Smaller banks appear to have other priorities than issuing smart cards to customers.
After October 1, 2015, liability for fraudulent transactions at the point of sale will pass to the party that has not updated to the EMV (Europay-MasterCard-Visa) global standard. These are the so-called “smart cards” with embedded computer chips that allow tokenized transactions, and the POS technology to accept payments from them.
Some big banks, such as SunTrust, have started rolling out EMV cards comfortably ahead of the deadline. But for smaller banks and credit unions, it’s a different story. Credit Union Times reported this month that more than half of credit unions should be expected to miss the October 15 deadline.
It appears smaller banks are in the same boat.
Render Dahiya, CEO of payment card provider Arroweye, which provides on-demand printing of EMV cards, estimates that 80% of POS devices — those belonging to the nation’s largest retailers — will be fully prepared by Oct. 1, 2015. (Square is preparing its own mobile EMV-compliant reader, which will be chip-and-signature, rather than chip-and-pin.) “The whole thing turned around when the Target beach happened,” Dahiya told Bank Innovation, referencing the major security lapse at the retailer last fall. “Everyone’s looking for a solution. Consumer awareness is higher than it has ever been.”

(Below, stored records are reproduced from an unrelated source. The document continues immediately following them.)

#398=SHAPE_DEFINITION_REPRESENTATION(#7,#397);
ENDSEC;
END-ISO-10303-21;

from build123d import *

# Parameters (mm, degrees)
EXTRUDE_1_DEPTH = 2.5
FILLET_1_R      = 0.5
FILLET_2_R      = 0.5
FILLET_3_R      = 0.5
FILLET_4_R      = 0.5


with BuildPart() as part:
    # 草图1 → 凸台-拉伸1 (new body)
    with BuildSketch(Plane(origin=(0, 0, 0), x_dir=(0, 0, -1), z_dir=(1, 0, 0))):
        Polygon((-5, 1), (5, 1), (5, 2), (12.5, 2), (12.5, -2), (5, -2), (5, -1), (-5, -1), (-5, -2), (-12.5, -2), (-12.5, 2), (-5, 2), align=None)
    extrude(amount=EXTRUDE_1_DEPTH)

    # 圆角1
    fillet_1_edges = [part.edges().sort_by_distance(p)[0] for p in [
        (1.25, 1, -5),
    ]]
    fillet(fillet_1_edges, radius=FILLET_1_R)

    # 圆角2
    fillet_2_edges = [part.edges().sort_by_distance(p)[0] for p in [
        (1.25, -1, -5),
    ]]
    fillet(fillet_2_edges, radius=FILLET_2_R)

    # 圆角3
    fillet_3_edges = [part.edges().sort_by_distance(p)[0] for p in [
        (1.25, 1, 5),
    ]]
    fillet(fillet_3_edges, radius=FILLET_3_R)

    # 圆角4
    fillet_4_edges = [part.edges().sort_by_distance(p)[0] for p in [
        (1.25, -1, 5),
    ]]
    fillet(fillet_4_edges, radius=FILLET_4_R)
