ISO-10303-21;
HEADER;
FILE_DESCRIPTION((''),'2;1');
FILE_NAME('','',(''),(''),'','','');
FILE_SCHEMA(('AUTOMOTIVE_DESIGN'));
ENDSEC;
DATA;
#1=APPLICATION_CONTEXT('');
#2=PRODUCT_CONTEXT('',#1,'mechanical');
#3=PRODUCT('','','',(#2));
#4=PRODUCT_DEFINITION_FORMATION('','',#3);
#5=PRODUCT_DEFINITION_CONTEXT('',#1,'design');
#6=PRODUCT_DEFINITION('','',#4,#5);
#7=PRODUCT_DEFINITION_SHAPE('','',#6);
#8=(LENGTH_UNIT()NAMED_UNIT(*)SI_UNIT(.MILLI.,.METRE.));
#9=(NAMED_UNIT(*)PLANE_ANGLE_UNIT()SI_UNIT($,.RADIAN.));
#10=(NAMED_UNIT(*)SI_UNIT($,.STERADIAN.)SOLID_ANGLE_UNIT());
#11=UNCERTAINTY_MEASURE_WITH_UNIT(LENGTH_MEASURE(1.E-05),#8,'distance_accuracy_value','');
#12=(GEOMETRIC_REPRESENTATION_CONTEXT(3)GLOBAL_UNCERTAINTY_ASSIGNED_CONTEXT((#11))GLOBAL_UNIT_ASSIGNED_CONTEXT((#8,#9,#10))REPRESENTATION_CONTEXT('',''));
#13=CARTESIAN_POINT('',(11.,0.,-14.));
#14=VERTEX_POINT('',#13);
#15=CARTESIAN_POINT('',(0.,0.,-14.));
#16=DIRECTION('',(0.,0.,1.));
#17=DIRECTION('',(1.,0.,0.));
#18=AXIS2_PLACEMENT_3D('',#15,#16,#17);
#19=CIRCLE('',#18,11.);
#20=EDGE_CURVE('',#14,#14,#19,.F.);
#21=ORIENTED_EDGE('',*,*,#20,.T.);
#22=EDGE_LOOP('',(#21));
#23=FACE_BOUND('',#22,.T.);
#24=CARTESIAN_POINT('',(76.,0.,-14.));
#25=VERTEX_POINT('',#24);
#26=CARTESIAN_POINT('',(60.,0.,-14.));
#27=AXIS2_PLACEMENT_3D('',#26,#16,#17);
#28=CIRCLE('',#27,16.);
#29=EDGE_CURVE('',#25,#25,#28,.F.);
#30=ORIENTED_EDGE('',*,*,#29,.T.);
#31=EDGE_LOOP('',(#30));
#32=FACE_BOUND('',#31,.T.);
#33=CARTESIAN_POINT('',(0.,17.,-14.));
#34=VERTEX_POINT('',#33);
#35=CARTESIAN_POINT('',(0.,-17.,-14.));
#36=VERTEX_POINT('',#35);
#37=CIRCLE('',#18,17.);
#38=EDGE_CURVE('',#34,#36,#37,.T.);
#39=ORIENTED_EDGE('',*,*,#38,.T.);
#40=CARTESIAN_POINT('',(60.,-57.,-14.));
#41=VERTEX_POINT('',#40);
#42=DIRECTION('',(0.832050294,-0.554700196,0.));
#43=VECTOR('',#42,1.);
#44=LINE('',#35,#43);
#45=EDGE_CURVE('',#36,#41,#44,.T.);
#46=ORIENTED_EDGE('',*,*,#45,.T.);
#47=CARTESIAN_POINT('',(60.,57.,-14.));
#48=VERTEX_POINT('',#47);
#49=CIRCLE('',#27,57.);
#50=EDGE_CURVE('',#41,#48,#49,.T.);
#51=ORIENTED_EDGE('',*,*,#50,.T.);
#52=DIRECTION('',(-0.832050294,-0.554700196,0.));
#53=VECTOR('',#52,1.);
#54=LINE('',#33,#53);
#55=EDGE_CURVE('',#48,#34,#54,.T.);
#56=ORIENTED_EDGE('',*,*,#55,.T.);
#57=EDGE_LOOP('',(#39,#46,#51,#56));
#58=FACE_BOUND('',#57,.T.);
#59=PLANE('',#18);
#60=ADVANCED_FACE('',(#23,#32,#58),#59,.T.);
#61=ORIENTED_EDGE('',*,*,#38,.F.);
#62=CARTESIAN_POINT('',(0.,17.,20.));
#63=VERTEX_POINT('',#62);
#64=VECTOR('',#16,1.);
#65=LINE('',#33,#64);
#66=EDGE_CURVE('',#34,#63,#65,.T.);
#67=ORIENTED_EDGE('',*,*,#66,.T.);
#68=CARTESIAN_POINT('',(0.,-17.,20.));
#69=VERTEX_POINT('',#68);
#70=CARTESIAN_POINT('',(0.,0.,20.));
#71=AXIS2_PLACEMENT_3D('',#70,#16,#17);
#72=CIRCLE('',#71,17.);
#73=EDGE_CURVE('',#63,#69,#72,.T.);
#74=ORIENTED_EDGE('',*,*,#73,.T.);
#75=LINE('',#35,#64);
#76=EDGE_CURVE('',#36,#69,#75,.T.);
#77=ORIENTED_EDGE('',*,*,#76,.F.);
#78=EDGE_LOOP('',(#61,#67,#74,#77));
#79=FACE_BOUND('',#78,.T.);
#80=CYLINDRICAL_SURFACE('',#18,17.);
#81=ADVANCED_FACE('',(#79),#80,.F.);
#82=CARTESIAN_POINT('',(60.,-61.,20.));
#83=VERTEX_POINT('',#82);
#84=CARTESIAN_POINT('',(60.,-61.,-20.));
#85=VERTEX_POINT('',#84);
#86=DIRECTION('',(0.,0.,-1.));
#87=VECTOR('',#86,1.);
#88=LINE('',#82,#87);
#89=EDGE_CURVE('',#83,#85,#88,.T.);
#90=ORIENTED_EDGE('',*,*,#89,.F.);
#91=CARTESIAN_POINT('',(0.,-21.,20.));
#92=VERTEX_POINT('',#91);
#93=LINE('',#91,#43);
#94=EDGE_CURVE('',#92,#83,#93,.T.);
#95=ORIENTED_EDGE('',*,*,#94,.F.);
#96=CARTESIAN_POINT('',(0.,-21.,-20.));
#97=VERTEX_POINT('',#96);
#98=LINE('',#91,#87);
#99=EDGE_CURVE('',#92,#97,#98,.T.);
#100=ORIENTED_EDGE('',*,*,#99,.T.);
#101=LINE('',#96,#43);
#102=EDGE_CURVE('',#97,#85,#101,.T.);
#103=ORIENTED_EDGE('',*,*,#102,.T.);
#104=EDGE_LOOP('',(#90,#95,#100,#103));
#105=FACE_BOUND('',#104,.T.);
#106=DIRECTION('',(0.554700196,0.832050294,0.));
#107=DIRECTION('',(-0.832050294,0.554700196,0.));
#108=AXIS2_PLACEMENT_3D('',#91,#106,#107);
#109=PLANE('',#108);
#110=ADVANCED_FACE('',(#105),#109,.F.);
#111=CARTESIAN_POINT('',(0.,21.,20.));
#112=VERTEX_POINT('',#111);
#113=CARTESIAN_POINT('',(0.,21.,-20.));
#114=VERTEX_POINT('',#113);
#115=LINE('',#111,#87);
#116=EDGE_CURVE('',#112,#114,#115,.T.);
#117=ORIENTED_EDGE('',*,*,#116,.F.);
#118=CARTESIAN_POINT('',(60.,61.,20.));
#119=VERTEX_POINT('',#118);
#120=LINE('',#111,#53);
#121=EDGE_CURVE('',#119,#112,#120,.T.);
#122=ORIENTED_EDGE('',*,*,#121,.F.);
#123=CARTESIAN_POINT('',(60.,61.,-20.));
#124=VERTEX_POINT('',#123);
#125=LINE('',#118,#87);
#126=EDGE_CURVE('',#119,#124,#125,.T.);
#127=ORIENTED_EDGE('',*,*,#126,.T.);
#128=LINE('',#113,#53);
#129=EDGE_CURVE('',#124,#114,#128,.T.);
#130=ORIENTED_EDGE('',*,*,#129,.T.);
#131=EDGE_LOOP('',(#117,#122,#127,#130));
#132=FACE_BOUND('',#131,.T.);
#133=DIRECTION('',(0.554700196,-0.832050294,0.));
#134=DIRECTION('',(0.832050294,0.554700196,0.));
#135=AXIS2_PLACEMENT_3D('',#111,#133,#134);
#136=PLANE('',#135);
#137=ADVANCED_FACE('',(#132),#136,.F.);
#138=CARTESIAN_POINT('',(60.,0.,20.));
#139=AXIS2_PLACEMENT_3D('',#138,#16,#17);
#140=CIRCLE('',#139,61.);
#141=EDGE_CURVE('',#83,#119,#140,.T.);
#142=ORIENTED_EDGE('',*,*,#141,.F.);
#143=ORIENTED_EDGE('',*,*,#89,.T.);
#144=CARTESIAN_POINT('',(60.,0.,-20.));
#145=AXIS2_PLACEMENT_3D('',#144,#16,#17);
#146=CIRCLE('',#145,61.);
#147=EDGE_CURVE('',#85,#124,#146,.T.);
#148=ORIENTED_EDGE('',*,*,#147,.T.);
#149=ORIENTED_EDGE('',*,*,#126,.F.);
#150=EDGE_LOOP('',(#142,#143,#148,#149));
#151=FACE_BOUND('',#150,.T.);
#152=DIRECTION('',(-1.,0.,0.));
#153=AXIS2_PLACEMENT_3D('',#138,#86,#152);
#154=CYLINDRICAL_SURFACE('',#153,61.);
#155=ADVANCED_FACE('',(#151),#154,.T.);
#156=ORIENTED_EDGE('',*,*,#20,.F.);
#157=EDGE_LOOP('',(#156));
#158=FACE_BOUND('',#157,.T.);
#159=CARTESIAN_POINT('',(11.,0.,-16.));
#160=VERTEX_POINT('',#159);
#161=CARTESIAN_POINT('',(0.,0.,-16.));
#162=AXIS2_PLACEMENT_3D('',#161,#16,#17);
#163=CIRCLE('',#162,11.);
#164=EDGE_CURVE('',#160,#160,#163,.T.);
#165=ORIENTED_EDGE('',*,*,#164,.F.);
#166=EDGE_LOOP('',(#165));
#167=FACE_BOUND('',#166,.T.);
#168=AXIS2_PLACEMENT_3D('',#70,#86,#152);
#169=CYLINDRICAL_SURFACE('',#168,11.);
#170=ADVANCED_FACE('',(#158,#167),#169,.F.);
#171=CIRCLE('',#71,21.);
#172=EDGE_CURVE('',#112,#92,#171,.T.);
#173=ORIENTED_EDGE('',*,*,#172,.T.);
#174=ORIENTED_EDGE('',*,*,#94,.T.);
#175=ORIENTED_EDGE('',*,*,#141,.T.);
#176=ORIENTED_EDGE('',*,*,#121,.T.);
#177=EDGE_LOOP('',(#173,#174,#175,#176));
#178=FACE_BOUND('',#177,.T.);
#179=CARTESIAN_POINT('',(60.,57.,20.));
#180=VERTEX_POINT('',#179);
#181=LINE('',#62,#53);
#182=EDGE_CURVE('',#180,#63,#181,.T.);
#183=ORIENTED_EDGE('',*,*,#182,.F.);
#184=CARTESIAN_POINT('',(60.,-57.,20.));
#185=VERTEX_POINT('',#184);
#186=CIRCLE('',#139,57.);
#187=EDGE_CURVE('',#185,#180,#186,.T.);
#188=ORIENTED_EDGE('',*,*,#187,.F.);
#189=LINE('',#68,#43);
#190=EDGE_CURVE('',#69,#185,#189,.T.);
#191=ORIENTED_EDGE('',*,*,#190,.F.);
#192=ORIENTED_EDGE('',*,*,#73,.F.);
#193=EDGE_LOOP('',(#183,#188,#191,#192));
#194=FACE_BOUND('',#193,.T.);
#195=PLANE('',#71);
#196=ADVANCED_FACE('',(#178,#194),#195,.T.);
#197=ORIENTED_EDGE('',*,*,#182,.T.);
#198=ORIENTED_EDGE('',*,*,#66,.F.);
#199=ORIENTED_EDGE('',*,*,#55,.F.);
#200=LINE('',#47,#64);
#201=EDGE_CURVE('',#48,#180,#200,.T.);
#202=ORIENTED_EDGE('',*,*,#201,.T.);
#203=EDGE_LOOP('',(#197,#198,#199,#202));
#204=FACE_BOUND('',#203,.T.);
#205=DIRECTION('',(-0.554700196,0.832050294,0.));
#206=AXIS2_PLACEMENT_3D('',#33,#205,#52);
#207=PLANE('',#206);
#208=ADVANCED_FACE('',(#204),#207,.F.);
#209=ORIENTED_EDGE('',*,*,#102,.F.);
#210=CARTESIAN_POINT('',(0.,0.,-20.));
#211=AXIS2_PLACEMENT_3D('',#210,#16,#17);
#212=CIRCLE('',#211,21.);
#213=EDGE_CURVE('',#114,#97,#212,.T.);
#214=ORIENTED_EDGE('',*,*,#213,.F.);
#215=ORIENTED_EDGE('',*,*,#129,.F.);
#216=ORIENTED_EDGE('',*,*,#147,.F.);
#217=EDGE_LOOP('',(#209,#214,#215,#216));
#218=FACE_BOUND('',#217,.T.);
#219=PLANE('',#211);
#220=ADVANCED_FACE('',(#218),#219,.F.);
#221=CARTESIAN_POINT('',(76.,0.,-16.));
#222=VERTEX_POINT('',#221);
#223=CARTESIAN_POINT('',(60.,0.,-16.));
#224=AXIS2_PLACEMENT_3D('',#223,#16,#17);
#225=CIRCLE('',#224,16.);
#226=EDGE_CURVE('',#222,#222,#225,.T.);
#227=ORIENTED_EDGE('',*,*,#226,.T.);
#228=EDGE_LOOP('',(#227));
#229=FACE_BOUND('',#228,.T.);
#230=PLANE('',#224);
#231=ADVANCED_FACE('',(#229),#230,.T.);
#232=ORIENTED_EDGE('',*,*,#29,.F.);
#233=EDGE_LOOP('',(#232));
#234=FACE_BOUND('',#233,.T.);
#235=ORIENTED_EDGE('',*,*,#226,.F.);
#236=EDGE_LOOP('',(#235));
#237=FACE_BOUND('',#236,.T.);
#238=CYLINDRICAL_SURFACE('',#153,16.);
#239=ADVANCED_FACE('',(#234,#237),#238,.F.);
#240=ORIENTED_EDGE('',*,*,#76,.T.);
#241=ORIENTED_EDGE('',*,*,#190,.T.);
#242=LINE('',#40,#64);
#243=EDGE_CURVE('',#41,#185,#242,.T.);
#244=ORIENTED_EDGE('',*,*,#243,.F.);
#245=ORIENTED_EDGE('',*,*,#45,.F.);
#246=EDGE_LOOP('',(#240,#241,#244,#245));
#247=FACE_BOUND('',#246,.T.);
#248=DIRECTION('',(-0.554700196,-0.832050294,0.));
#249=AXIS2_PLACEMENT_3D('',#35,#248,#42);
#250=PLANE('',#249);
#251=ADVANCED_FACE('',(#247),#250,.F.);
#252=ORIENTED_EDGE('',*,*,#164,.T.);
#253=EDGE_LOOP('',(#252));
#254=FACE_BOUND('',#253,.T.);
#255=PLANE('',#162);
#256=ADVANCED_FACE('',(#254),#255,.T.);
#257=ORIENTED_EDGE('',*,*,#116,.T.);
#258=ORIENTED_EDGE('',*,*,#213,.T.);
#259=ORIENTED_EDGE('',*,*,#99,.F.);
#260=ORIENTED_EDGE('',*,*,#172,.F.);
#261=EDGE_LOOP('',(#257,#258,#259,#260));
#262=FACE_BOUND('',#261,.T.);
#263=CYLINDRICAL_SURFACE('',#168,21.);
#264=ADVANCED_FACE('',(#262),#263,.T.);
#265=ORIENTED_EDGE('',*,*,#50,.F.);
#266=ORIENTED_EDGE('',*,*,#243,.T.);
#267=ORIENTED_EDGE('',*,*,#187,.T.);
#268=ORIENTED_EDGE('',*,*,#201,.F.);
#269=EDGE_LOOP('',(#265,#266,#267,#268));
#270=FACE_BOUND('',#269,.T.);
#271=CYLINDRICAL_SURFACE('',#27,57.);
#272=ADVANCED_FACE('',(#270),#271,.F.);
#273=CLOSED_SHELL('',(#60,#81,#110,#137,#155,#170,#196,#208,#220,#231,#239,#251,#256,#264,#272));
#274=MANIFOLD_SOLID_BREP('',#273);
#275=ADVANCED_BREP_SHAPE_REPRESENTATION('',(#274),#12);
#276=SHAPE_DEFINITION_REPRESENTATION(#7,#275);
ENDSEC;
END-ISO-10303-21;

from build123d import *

# Parameters (mm, degrees)
BOSS_EXTRU_1_DEPTH           = 20
ENL_V_MAT_EXTRU_1_DEPTH      = 34
ENL_V_MAT_EXTRU_2_DEPTH      = 140.70683591
ENL_V_MAT_EXTRU_2_DEPTH_BACK = 2
ESQUISSE3_R                  = 11
ESQUISSE3_R_2                = 16


with BuildPart() as part:
    # Esquisse1 → Boss.-Extru.1 (new, symmetric)
    with BuildSketch(Plane.XY):
        with BuildLine():
            Line((0, 21), (60, 61))
            ThreePointArc((60, 61), (121, 0), (60, -61))
            Line((60, -61), (0, -21))
            ThreePointArc((0, -21), (-21, 0), (0, 21))
        make_face()
    extrude(amount=BOSS_EXTRU_1_DEPTH, both=True)

    # Esquisse2 → Enlèv. mat.-Extru.1 (cut)
    with BuildSketch(Plane.XY.offset(20)):
        with BuildLine():
            Line((0, 17), (60, 57))
            ThreePointArc((60, 57), (117, 0), (60, -57))
            Line((60, -57), (0, -17))
            ThreePointArc((0, -17), (-17, 0), (0, 17))
        make_face()
    extrude(amount=-ENL_V_MAT_EXTRU_1_DEPTH, mode=Mode.SUBTRACT)

    # Esquisse3 → Enlèv. mat.-Extru.2 (cut, two sides: drawn at the far end of the back side and taken through both)
    with BuildSketch(Plane.XY.offset(-14).offset(-ENL_V_MAT_EXTRU_2_DEPTH_BACK)):
        Circle(ESQUISSE3_R)
        with Locations((60, 0)):
            Circle(ESQUISSE3_R_2)
    extrude(amount=ENL_V_MAT_EXTRU_2_DEPTH + ENL_V_MAT_EXTRU_2_DEPTH_BACK, mode=Mode.SUBTRACT)


solid = part.part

If retailers are ready, that puts the burden on financial institutions.
But switching to EMV is an expensive proposition. “Costs can increase 5x or 10x for EMV inventory,” Dahiya said. “To store it is much more expensive; there is more cash tied up” to buy the inventory of new cards.
And beyond the costs, there are a limited number of producers of EMV cards. “Some of the smaller guys are getting big lead times, because if Bank of America wants to print 50,000 cards, it’s tough luck to the small to midsize guys,” Dahiya said.
Arroweye is currently producing about 95% magstripe cards and 5% EMV, although Dahiya estimates that in a year that mix will be more like 50/50. His company has on-demand EMV capability, which means an order placed tonight can be in tomorrow’s mail, and Dahiya is betting this will lure in smaller customers that may be shut out by larger producers.
Community banks, however, are not as sanguine about retailers getting points-of-sale ready in time, according to Cary Whaley, vice president of payments and technology policy for the Independent Community Bankers of America (ICBA). (The bigger banks agree.) This leads the banks to take a more calculated approach as the liability deadline approaches.
“Yes, the bigger orders come first for providers,” Whaley said, saying this is nothing new for community banks. “This really manifests itself with software providers.”
Regarding EMV technology, Whaley pointed out that smart cards are just one slice of a three-slice pie. Those slices are the cards, the encryption technology to protect data in transit, and tokenization to make sure intercepted information is worthless to fraudsters. “So community banks are going to aim for having one or two of these [in time for the liability deadline], rather than all three implementations,” he said.
The reason for this gets back to the costs Dahiya described. “The service may not scale to smaller banks initially,” Whalen said. “If they come in early and are experimental, that’s going to be cost-prohibitive. Smaller banks don’t want to be alpha testers or beta testers. They want to be in a position to use a proven solution.”
The deadline, in other words, is not a matter of dire urgency, especially considering there may be bottlenecks with retailers and acquirers, Whalen said. “A lot of them [smaller banks] will take a wait-and-see approach. What types of opportunities and cost reductions does the liability shift represent?… You’ve got to build a business case as with any other product.”
More than half of all payment card fraud occurs in the U.S., the world’s last major magstripe market. This has led ATM producers, such as Diebold, to create entirely new ways to read cards in ATMs to avoid skimmers — the card is inserted sideways and a moving read pulls in the data. Wouldn’t EMV be cheaper?
Magstripe dominates gift cards and prepaid cards, and that can be expected to continue, Dahiya said. “But in 2016, magstripe at the POS will start to stand out, the way barcode and QR transactions stand out today.” But magstripe is not going away anytime soon, Dahiya said. “As long as magstripe still works, there will still be those cards out there.”